Perhaps the best illustration of this comes from an extraordinary two-decade investigation into the limits of expertise, begun in 1984 by a young psychologist called Philip Tetlock. He was the most junior member of a committee of the National Academy of Sciences charged with working out what the Soviet response might be to Reagan administration’s hawkish stance in the cold war. Would Reagan call the bluff of a bully or was he about to provoke a deadly reaction? Tetlock canvassed every expert he could find. He was struck by the fact that, again and again, the most influential thinkers on the Cold War flatly contradicted one another. We are so used to talking heads disagreeing that perhaps this doesn’t seem surprising But when we realise that the leading experts cannot agree on the most basic level about the key problem of the age, we begin to understand that this kind of expertise is far less useful than we might hope.
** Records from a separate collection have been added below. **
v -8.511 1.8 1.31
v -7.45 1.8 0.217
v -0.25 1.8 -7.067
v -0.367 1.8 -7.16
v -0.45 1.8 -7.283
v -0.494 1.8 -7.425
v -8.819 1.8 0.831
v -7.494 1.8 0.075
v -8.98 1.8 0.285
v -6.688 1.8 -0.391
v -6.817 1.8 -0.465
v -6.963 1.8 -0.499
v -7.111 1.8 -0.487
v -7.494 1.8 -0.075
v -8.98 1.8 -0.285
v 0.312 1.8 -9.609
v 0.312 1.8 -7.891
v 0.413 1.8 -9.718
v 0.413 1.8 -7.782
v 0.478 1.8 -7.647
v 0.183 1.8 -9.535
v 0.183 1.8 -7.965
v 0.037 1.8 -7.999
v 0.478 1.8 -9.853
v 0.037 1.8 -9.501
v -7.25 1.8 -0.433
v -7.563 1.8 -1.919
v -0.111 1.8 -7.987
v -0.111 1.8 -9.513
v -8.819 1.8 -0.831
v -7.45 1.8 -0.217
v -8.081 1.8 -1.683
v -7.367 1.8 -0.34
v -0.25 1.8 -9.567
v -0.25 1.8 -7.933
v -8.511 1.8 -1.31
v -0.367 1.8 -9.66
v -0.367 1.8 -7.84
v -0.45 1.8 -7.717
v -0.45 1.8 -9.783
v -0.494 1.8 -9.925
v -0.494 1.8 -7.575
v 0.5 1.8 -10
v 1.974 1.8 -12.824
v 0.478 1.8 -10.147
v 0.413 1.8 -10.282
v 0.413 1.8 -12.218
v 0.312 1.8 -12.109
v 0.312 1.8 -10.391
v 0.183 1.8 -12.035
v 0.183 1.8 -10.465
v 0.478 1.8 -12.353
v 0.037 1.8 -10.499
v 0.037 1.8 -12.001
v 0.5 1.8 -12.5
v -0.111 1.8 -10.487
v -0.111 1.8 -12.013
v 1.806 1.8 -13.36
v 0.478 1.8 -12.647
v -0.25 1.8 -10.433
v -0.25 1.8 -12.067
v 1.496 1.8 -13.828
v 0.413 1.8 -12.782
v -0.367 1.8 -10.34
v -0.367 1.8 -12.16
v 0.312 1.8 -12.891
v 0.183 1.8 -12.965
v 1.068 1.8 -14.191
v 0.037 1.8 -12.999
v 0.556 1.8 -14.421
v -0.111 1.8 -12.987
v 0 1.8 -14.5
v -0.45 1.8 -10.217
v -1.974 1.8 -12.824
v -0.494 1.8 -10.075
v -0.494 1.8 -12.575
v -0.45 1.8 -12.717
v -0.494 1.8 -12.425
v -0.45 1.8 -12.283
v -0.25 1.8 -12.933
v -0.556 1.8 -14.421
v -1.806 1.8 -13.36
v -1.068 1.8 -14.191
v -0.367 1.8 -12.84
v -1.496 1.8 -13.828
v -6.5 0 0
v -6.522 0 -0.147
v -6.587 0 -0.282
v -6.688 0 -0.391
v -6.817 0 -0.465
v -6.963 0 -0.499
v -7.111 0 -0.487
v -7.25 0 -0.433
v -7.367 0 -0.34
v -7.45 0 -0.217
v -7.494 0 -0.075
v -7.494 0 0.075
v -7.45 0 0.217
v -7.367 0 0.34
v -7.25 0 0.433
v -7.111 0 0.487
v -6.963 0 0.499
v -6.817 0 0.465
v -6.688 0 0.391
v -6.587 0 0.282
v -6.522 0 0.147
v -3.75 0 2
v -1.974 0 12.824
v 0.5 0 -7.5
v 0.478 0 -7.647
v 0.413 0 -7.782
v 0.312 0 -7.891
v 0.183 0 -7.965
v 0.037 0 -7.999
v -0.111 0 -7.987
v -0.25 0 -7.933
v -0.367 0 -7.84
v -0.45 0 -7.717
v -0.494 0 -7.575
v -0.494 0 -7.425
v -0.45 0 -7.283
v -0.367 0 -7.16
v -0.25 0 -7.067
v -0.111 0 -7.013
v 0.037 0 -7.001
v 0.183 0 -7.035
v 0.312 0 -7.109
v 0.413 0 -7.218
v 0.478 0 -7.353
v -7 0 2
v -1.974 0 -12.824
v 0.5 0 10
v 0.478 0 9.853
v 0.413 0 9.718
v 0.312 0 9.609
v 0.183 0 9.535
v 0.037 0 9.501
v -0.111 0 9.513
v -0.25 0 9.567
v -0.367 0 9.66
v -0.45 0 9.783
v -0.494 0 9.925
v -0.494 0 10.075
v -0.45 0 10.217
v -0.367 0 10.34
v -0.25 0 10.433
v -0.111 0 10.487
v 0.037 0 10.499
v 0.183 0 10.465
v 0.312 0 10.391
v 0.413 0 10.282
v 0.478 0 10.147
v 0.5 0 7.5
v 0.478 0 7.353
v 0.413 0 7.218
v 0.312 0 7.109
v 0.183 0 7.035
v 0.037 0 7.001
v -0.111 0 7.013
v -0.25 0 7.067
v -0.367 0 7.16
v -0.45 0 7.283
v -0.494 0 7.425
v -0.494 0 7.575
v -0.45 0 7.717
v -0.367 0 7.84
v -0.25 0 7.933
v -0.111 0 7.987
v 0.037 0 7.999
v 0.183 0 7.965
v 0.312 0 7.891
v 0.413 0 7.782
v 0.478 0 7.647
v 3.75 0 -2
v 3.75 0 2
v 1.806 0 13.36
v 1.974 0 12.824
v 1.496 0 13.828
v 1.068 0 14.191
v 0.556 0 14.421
Tetlock didn’t leave it at that. He worries away at this question of expert judgment for twenty years. He rounded up nearly three hundred experts – by which he meant people whose job it was to comment or advise on political and economic trends. They were a formidable bunch: political scientists, economists, lawyers and diplomats. There were spooks and think-tankers, journalists and academics. Over half of them had PhDs; almost all had post-graduate degrees. And Tetlock’s method for evaluating the quality of their expert judgement was to pin the experts down: he asked them to make specific, quantifiable forecasts – answering 27450 of his questions between them – and then waited to see whether their forecasts came true. They rarely did. The experts failed, and their failure to forecast the future is a symptom of their failure to understand fully the complexities of the present.”

In highly complex circumstances, there is a limit to the value of expertise. A certain amount quickly improves one’s success rate when predicting the future. However the rate of improvement soon begins to plateau. Before long, big increases in expertise can yield small gains in the success of one’s predictions.

For wildly complex situations, the most successful predictors incorporate ideas from different disciplines, pursue multiple approaches at the same time, are willing to acknowledge mistakes and rely more on observation than theory.